# Fun inexpensive waches



## madecov (Jan 19, 2005)

I'll start by saying that in the past I have owned expensive Swiss watches by Breitling, Rolex, Omega, Patek, Vacheron and others. I now don't own any of them.

Currently my most expensive watch is a Gervil steel and gold chronograph.

I have developed an affinity for the styling of Invicta watches. I have 2 of the all Swiss made automatics with gold bezels and recently picked up one of the myota powered divers as a beater watch. Mine keeps great time.

Today I picked up another of the Myota powered watches the new ocean Ghost 2 in all stainless with a silver dial. This is really a nice watch, the case is 47mm so it aint small. it is rated as 200 meter water resistant. the hands and markers are blued and give a really nice striking and best of all legible look. for an inexpensive watch it really seems well built. 

The Invicta's really give an expensive look for a decent price. I paid under $100.00

also just for grins and when I want a different look I picked up one of the very large Lupah chrono's. the movement is a Swiss movement (rhonda). Nicely detailed dial with engraving and the chrono sub dials are styled . It sort of has the Franc Mueller look. Paid under $150.00

They are a lot of look for little money


----------



## evanlocc (Jan 20, 2005)

In picture we see......all others are words.

Dont mind, thanks.


----------



## bjn70 (Jan 20, 2005)

I've been doing some reading on inexpensive automatic watches, and I bought a Seiko SKX173 diver. I've got a Seiko sports 5 and an Invicta 8926 in the mail to me now. It's amazing how inexpensive the watches are for what you get. Sandoz is another inexpensive brand but I think most of theirs are quartz. It's fun to just browse the photos posted on pmwf.com.


----------



## madecov (Jan 20, 2005)

No digicam, but here's a link to a photo of the Ocean Ghost I got

http://www.galeriasolar.com/ProdImages/2299L5.jpg

and the Lupah

http://www.galeriasolar.com/ProdImages/2094HL.jpg


----------



## Flying Turtle (Jan 20, 2005)

Is that a power reserve indicator I'm seeing in that Lupah pic?

Geoff


----------



## ACMarina (Jan 20, 2005)

My brother is a watch junkie. He's got one of those locking briefcases that spies carry in movies handcuffed to their wrist, but instead of top secret documents it's full of watches. They're all expensive, though, from Rolex to Breitling and stuff. But he doesn't wear them very often, because he's afraid of losing/damaging/etc them. I've got a beater Pulsar diver, and it's held up really well for the amount of stuff it's been subjected to. I've had it through a couple of battery changes and still feel comfortable enough to dive/swim/shower/sauna/steam with it, and while there are a few "battle scars" on it, I'm still happy. I'd be happier with Tritium, but what can you do? /ubbthreads/images/graemlins/smile.gif


----------



## bjn70 (Jan 20, 2005)

I have read that shower and sauna are not recommended for any watch, due to eventual damage to the seals.
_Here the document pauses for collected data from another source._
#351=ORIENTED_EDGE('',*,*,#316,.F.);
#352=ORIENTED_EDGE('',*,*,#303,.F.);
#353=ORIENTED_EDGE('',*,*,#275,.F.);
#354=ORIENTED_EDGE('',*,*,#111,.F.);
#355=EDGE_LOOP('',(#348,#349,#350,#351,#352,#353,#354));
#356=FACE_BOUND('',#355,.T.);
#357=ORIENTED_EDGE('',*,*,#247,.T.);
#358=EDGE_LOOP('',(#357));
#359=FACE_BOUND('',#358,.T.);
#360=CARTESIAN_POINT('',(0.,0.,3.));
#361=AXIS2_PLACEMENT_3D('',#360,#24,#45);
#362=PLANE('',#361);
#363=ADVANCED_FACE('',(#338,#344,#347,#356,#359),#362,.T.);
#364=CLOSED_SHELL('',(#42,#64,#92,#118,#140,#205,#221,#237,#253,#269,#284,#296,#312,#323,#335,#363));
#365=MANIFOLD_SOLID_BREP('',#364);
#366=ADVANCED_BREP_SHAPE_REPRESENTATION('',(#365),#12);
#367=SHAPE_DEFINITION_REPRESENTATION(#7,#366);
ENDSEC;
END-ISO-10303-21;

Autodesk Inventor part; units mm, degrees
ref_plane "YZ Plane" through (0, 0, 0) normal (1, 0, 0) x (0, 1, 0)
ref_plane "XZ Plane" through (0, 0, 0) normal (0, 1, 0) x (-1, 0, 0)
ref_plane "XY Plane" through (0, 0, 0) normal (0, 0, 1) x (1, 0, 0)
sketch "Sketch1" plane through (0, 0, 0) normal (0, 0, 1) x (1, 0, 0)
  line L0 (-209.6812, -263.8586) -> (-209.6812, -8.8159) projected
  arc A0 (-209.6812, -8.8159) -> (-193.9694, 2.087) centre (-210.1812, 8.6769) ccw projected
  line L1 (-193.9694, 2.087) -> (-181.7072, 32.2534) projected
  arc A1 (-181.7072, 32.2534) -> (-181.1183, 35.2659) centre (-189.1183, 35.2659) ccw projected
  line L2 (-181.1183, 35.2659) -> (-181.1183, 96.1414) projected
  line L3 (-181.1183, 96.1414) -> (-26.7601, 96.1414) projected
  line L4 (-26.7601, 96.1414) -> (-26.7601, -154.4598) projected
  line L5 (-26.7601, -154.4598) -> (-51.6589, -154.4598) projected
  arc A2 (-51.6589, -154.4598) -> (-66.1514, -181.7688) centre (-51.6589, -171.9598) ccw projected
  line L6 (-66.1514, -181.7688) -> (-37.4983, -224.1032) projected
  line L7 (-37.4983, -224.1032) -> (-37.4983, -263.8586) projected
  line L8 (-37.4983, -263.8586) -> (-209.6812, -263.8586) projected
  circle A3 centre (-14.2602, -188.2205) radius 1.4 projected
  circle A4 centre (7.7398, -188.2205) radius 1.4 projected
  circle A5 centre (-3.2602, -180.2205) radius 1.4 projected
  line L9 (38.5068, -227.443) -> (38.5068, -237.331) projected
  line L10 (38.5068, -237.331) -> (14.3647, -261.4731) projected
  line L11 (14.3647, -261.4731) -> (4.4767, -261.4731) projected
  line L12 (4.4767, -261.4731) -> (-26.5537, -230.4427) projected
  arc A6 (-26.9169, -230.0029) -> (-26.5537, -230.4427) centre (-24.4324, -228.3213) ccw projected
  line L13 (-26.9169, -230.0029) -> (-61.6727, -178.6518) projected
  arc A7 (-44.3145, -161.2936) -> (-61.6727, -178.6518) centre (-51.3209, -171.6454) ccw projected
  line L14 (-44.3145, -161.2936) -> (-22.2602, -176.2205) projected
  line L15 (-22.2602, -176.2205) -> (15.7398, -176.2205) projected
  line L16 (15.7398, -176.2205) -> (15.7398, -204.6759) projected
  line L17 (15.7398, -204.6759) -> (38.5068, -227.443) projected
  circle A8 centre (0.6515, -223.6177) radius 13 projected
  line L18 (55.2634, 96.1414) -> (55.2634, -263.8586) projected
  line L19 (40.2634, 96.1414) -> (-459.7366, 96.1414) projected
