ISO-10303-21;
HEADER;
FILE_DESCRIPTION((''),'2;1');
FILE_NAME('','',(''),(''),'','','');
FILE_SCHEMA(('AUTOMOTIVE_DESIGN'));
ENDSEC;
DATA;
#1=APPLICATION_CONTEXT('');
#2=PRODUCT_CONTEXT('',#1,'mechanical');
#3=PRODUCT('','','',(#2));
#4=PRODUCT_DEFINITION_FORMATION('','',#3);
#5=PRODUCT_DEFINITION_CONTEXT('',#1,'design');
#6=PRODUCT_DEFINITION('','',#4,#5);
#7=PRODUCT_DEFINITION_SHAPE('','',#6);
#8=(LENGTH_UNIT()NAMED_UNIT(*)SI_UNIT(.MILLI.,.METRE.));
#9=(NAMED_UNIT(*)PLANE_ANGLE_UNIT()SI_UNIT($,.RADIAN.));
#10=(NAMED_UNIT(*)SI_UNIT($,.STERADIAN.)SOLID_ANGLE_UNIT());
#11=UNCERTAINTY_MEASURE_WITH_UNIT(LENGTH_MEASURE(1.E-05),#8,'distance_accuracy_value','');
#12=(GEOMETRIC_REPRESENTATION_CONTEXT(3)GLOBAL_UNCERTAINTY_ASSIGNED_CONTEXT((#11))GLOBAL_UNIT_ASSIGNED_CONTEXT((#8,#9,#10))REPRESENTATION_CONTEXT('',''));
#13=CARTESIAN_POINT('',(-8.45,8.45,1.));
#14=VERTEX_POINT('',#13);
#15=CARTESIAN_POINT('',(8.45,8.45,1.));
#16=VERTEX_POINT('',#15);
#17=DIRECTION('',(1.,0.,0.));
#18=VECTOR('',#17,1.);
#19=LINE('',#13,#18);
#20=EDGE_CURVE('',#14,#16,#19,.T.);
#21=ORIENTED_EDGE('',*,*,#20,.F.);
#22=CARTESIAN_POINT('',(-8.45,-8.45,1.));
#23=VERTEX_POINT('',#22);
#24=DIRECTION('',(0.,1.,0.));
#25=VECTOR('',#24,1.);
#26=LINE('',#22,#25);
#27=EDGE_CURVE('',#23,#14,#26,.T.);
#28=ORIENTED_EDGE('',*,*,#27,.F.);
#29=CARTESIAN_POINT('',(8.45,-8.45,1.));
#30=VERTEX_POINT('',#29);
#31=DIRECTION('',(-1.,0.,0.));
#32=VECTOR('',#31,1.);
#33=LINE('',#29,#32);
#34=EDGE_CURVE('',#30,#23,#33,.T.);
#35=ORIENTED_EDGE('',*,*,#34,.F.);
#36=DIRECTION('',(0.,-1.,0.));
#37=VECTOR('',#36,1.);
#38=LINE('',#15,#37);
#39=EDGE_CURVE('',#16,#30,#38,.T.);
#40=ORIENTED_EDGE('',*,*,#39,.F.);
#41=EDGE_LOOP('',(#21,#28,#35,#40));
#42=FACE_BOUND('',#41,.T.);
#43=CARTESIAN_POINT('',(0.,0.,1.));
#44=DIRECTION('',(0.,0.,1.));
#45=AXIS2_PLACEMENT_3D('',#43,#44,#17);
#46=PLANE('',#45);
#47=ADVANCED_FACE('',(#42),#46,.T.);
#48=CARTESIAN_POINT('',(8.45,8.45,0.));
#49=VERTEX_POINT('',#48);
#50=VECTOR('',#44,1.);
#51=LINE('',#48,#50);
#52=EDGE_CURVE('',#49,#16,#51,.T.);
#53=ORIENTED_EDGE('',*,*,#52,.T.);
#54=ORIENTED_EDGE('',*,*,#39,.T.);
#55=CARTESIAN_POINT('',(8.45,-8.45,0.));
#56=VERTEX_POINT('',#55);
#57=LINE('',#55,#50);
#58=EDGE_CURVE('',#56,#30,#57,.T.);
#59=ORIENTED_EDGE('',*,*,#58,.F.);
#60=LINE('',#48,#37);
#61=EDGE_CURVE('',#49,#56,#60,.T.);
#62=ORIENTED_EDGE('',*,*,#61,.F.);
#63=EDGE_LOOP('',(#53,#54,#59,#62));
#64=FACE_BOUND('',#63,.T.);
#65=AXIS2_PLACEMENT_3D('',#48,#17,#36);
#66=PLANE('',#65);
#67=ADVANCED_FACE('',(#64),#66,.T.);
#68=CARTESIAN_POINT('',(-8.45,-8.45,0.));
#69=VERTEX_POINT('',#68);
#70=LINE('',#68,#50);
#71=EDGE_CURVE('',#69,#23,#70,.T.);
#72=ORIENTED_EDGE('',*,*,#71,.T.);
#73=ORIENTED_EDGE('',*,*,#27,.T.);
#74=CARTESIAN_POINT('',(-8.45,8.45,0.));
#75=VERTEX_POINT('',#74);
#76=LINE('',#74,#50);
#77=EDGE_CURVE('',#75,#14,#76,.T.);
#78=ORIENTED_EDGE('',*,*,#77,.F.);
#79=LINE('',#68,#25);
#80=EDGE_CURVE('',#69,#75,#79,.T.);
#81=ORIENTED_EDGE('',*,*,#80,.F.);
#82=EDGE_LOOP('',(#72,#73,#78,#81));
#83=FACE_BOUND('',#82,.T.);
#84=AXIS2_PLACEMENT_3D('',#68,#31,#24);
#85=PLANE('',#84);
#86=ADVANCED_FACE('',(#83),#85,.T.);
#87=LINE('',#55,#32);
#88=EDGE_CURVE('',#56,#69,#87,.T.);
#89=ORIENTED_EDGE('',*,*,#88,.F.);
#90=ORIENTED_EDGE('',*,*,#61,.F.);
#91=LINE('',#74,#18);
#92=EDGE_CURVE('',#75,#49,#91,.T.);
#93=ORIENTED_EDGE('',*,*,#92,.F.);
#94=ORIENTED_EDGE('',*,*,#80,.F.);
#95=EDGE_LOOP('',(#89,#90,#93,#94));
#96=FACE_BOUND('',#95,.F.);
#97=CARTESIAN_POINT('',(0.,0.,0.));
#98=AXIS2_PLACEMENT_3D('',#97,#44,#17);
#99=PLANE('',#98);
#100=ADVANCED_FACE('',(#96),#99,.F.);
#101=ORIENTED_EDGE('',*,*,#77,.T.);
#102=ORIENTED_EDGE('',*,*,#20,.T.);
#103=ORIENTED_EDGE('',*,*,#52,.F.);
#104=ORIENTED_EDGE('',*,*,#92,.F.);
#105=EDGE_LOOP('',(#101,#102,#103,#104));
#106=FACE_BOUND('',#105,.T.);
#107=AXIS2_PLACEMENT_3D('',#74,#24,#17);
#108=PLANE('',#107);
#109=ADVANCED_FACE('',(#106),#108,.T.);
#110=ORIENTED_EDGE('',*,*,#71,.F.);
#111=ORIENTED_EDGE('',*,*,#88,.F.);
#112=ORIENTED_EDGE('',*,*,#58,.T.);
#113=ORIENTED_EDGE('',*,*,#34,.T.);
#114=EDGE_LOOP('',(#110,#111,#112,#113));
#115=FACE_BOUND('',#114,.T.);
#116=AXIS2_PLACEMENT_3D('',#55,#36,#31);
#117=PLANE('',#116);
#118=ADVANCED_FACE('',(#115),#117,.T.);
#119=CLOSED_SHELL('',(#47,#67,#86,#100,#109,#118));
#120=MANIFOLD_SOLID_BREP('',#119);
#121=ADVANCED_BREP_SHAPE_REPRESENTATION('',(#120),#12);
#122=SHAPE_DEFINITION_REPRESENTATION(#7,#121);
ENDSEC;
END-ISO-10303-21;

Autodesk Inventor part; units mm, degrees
ref_plane "YZ Plane" through (0, 0, 0) normal (1, 0, 0) x (0, 1, 0)
ref_plane "XZ Plane" through (0, 0, 0) normal (0, 1, 0) x (-1, 0, 0)
ref_plane "XY Plane" through (0, 0, 0) normal (0, 0, 1) x (1, 0, 0)
sketch "LQFP100, LPC1768_146" plane through (0, 0, 0) normal (0, 0, 1) x (1, 0, 0)
  line L0 (-8.45, -8.45) -> (-8.45, 8.45)
  line L1 (-8.45, 8.45) -> (8.45, 8.45)
  line L2 (8.45, 8.45) -> (8.45, -8.45)
  line L3 (8.45, -8.45) -> (-8.45, -8.45)
extrude "Extrusion1" add sketch "LQFP100, LPC1768_146" along normal blind 1
properties part number "LPC1768"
I think some of the less expensive watches are very good deals. The Seiko automatic movements are very tough and long lasting, and relatively inexpensive. Seiko dive watches containing this movement can be bought easily for $125 or less, and the Seiko 5 series can be bought for half that, even new.

Just like lights, I can't settle on just one watch. I'd rather have several different inexpensive ones that I like rather than one expensive watch that I'm afraid of damaging or losing. I have 3 now and have my eye on a couple of more. Altogether the combined cost of these will only be a fraction of the cost of a low end Breitling or Omega. Not that I wouldn't like to have an Omega but I'm happy wearing the ones that I have.


----------



## Catdaddy (Jan 20, 2005)

I am going to have to get that ghost!


----------



## madecov (Jan 21, 2005)

The bottom register is the continous seconds. It uses a unique dual track where one tip of the secons hand reads the first 30 seconds and the other tip reads the second 30 seconds, all at the bottom.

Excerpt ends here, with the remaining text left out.